Evidence for a Role for Coagulase-Negative Staphylococci and their Biofilms in the Historic and Future Evolution of Staphylococcus Aureus Including MRSA

2019-11-23T11:40:35Z (GMT) by Paulo Eduardo Budri

Rates of methicillin-resistant Staphylococcus aureus (MRSA) infections in Ireland are decreasing since 2006. However, MRSA and methicillin-susceptible S. aureus (MSSA) remain a major cause of healthcare-associated infections in Europe. Recent evolutionary trends indicate that MRSA lineages associated with infections in the community are causing infections in the healthcare setting with increasing frequency.

It is therefore important to investigate potential reservoirs in the community that may contribute to MRSA and S. aureus evolution. The methicillin resistance gene, mecA, is located within a transferable genetic element, staphylococcal Cassette Chromosome (SCC), referred to as SCCmec, which is also frequently found in coagulase-negative staphylococci (CoNS) including Staphylococcus epidermidis. S. epidermidis is the predominant human skin colonizer and clinically, its most important virulence trait is biofilm production. Indirect evidence suggests that MRSA clones arose from genetic transfer of SCCmec from CoNS to MSSA. Adjacent to SCCmec, other antibiotic resistance genes, most notably fusC, encoding fusidic acid resistance, have also been found associated with SCC. It is thought that CoNS may be a reservoir of these antibiotic-resistances and the close proximity of these staphylococcal species in the human nasopharynx provides opportunity for such gene acquisitions.

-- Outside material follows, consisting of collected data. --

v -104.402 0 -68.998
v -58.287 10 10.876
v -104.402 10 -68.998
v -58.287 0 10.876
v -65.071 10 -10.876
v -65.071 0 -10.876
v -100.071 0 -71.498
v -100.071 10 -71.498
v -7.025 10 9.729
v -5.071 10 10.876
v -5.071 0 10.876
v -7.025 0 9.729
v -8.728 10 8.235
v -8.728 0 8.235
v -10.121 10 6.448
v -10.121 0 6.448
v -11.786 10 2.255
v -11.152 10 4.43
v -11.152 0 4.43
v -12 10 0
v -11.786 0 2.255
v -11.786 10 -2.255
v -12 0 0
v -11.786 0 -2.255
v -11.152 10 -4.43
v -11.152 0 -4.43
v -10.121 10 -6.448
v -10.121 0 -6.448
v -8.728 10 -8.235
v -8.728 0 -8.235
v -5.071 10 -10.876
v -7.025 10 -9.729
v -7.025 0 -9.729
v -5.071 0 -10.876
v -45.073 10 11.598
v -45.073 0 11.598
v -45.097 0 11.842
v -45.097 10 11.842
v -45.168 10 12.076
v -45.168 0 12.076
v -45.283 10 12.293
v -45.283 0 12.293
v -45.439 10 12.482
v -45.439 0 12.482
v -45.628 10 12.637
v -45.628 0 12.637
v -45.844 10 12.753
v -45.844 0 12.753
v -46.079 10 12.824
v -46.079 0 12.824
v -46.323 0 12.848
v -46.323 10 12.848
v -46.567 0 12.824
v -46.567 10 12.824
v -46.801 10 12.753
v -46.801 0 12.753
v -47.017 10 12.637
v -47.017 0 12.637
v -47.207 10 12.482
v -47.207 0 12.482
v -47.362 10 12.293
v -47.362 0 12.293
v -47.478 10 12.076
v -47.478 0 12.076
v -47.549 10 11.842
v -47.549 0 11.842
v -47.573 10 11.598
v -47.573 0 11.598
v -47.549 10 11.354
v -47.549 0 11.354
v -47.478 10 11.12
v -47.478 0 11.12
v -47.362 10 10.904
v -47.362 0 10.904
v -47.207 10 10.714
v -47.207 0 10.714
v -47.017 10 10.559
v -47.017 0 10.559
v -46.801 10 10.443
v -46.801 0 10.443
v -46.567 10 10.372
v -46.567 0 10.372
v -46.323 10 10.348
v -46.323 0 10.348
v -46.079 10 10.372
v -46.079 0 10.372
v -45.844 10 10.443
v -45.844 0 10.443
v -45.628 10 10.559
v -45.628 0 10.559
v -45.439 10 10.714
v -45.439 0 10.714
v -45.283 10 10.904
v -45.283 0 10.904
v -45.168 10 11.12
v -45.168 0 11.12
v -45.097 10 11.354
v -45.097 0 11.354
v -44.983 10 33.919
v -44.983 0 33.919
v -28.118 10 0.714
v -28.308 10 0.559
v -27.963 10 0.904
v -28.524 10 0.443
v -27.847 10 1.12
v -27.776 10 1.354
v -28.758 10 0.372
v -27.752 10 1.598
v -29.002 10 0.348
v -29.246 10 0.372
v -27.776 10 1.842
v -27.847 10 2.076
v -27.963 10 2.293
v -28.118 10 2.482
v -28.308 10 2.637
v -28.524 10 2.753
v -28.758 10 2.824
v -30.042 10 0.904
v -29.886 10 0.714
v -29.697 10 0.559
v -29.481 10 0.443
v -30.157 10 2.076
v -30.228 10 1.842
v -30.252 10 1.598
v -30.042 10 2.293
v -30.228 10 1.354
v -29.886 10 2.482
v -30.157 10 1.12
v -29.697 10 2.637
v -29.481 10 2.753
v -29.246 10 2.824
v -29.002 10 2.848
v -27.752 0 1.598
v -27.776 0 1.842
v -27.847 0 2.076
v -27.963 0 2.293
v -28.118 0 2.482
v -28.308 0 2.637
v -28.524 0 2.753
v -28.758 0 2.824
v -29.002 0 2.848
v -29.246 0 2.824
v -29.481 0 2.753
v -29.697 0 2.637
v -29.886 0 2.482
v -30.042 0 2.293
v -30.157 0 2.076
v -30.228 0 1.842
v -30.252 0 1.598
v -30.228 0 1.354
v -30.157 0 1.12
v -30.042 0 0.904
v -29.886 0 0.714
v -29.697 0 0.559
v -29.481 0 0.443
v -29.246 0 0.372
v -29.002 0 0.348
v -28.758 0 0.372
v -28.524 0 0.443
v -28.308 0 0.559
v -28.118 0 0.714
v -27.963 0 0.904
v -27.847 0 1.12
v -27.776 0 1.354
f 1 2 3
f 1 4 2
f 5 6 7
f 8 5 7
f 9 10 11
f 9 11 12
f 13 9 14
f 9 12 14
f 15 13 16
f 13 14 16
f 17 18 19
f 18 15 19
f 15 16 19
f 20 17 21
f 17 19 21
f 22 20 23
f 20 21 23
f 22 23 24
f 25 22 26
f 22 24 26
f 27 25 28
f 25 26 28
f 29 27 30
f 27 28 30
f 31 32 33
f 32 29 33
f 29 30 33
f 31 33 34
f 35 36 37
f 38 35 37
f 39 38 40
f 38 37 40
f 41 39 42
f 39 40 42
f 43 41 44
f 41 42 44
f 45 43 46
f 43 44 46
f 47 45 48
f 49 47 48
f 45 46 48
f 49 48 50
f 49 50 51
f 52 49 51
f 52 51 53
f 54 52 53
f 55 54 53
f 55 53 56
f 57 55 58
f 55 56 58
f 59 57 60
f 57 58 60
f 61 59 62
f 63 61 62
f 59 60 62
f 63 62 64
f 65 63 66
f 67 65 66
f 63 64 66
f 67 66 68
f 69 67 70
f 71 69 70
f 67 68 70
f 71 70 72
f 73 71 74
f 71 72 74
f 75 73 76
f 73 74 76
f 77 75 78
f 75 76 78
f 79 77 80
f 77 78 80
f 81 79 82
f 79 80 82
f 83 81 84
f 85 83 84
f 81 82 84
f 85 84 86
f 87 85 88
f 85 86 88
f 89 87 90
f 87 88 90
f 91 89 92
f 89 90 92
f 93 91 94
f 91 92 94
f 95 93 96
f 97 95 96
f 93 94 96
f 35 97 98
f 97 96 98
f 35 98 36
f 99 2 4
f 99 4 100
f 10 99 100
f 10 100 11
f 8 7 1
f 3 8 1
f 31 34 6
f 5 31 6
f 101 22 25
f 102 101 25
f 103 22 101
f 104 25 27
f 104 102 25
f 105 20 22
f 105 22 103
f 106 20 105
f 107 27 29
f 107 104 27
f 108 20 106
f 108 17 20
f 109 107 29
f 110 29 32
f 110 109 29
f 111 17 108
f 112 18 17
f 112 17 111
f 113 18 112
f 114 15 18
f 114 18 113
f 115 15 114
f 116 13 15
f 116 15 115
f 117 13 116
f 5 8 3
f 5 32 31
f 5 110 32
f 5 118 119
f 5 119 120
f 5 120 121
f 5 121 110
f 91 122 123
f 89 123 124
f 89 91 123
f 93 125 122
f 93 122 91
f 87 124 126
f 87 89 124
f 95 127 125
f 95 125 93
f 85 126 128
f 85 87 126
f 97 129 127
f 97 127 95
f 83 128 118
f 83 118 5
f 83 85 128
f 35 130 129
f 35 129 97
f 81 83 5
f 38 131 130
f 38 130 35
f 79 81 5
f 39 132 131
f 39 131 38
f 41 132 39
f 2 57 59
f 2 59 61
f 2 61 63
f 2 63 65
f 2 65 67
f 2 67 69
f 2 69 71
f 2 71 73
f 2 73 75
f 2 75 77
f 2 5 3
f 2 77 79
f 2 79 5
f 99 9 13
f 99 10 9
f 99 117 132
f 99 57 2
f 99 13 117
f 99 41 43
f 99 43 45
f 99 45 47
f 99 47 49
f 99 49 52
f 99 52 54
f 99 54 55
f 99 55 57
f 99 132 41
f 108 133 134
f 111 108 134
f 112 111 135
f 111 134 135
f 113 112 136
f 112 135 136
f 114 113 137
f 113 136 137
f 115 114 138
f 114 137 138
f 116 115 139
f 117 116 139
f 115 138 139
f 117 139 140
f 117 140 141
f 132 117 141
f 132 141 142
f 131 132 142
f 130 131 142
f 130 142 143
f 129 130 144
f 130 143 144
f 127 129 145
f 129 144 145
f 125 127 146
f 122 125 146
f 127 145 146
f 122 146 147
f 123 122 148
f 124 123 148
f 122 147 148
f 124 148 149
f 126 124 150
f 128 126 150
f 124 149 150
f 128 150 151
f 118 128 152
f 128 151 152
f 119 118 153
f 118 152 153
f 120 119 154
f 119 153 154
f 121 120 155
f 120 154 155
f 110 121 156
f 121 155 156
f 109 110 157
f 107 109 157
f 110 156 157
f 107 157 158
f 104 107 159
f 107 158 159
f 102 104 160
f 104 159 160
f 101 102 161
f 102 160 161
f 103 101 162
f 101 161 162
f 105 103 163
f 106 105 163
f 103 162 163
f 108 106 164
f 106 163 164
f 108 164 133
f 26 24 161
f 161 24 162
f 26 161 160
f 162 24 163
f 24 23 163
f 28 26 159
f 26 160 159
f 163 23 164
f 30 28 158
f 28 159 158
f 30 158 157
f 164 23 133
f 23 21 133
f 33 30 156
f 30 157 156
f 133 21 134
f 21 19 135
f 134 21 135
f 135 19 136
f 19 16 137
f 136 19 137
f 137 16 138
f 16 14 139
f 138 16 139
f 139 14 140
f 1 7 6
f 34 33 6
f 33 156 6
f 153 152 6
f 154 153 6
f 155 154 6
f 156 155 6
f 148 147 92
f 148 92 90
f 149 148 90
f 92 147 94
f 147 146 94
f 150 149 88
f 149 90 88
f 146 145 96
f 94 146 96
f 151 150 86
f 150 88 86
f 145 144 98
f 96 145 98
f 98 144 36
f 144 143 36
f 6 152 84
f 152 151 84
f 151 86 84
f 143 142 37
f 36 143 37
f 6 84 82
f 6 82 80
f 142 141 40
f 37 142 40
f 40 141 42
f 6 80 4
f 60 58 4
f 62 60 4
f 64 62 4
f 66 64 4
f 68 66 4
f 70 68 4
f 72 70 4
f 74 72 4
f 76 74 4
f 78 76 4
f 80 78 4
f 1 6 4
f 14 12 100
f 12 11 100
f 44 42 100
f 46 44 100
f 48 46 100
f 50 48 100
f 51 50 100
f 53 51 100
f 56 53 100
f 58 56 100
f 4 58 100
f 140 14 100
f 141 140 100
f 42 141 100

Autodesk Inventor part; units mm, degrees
ref_plane "YZ Plane" through (0, 0, 0) normal (1, 0, 0) x (0, 1, 0)
ref_plane "XZ Plane" through (0, 0, 0) normal (0, 1, 0) x (-1, 0, 0)
ref_plane "XY Plane" through (0, 0, 0) normal (0, 0, 1) x (1, 0, 0)
sketch "Sketch1" plane through (0, 0, 0) normal (0, 1, 0) x (-1, 0, 0)
  point P0 (0, 0)
sketch "Sketch2" plane through (0, 0, 0) normal (0, 1, 0) x (-1, 0, 0)
  circle A0 centre (0, 0) radius 10 construction
  arc A1 (5.0714, -10.8757) -> (5.0714, 10.8757) centre (0, 0) ccw
  line L0 (5.0714, 10.8757) -> (5.0714, -10.8757) construction
  line L1 (5.0714, 10.8757) -> (26.8228, 10.8757) construction
  line L2 (5.0714, -10.8757) -> (65.0714, -10.8757)
  line L3 (5.0714, -10.8757) -> (65.0714, -10.8757) construction
  line L4 (65.0714, -10.8757) -> (100.0714, -71.4975)
  line L5 (100.0714, -71.4975) -> (104.4015, -68.9975)
  line L6 (5.0714, 10.8757) -> (58.2868, 10.8757)
  line L7 (58.2868, 10.8757) -> (104.4015, -68.9975)
  dimension "d0" = 20
  dimension "d1" = 90
  dimension "d2" = 2
  dimension "d3" = 130
  dimension "d4" = 60
  dimension "d5" = 0
  dimension "d6" = 70
  dimension "d7" = 120
  dimension "d8" = 5
extrude "Extrusion1" add sketch "Sketch2" along normal blind 10
sketch "Sketch3" plane through (0, 10, 0) normal (0, 1, 0) x (1, 0, 0)
  line L0 (-58.2868, -10.8757) -> (-104.4015, 68.9975) projected
  line L1 (-58.2868, -10.8757) -> (-44.9829, -33.9186)
  arc A0 (-5.0714, 10.8757) -> (-5.0714, -10.8757) centre (0, 0) ccw projected
  line L2 (-44.9829, -33.9186) -> (-5.0714, -10.8757)
  line L3 (-58.2868, -10.8757) -> (-5.0714, -10.8757) projected
  line L4 (-58.2868, -10.8757) -> (-5.0714, -10.8757)
extrude "Extrusion2" add sketch "Sketch3" against normal blind 10
sketch "Sketch4" plane through (0, 0, 0) normal (0, -1, 0) x (1, 0, 0)
  circle A0 centre (-46.3227, 11.5981) radius 1.25
  circle A1 centre (-29.0022, 1.5981) radius 1.25
  line L0 (-29.0022, 1.5981) -> (-46.3227, 11.5981) construction
  line L1 (-44.9829, 33.9186) -> (-104.4015, -68.9975) construction
  line L2 (-5.0714, 10.8757) -> (-44.9829, 33.9186) construction
  point P0 (0, 0)
  dimension "d13" = 2.5
  dimension "d14" = 2.5
  dimension "d15" = 20
  dimension "d16" = 10
  dimension "d17" = 20
extrude "Extrusion3" cut sketch "Sketch4" along normal through all both and the other way through all
properties part number "flipper-hug-left"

In this thesis, we describe the investigation of community-associated colonizing staphylococcal species as a reservoir that may underpin the evolution of S. aureus. In Chapter 3, DNA microarray analysis of nasal colonising staphylococcal isolates revealed a greater frequency of the antimicrobial resistance genes mecA, fusC, fusB, ileS2, qacA/qacC and the arginine catabolite mobile element (ACME) among colonising CoNS compared to S. aureus among 137 S. aureus-carriers with no previous healthcare exposure, identified from 444 medical students in their pre-clinical years. Among S. aureus carriers, MRSA and methicillin-resistant CoNS (MRCoNS) rates were 6.5% (9/137) and 13.1 % (18/137), respectively. Simultaneous carriage of MRSA and MRCoNS was found in 1/137 students studied. The clonal lineages of colonizing S. aureus included several clonal complexes (CC)s associated with the acquisition of SCCmec.

In Chapter 4 an in-vitro study is described in which the efficiency of three mechanisms of horizontal gene transfer (transformation, transduction and conjugation) were investigated when applied in a staphylococcal biofilm model, for the transfer of clinically relevant antibiotic resistance genes identified in Chapter 3. Within a staphylococcal biofilm of the S. aureus strain RN4220, transduction was the most efficient genetic transfer mechanism, followed by conjugation and transformation. Transfer of the SCCmec-fus element, identified among S. aureus carriers, was successful in this model when exposed to sub-inhibitory concentrations of fusidic acid.

In Chapter 5, the further detailed analysis of a subset of isolates from S. aureus-carriers (MRSA, MSSA and methicillin-susceptible S. epidermidis (MRSE)) using a combination of DNA microarray and whole genome sequence (WGS) analyses, is described. Using this approach, a high homology of SCC elements and fusC among S. aureus and S. epidermidis isolates from healthy people was revealed including 100% sequence similarity among the SCCfus elements.

Overall, investigation of the staphylococcal species among 30.8% of medical students positive for S. aureus, prior to their exposure to the clinical environment, indicates a low rate of MRSA but the presence of several lineages into which SCCmec is capable of inserting. Furthermore, the finding of the composite element SCCfus carried in association with SCCmec V in the CC1 background, is concerning as it suggests the recent expansion of this clone in the community possibly against the selective pressure of un-regulated fusidic acid use. The stable transfer potential of this element with its associated phenotypic antibiotic resistance traits, determined in an in-vitro biofilm model, particularly by transduction further supports this evolutionary trend.

Data presented support the hypothesis that the close proximity and co-evolution of CoNS and S. aureus in the human host, even in the absence of confirmed antibiotic pressure, underpinned by horizontal gene transfer events within staphylococcal biofilms plays an important and often underestimated role in antimicrobial resistance evolution in S. aureus.

Further epidemiological investigation and follow up of the co-evolution of these species in the transition from community to clinical setting may provide further insights to explain the recent but sustained success of community strains in the healthcare setting.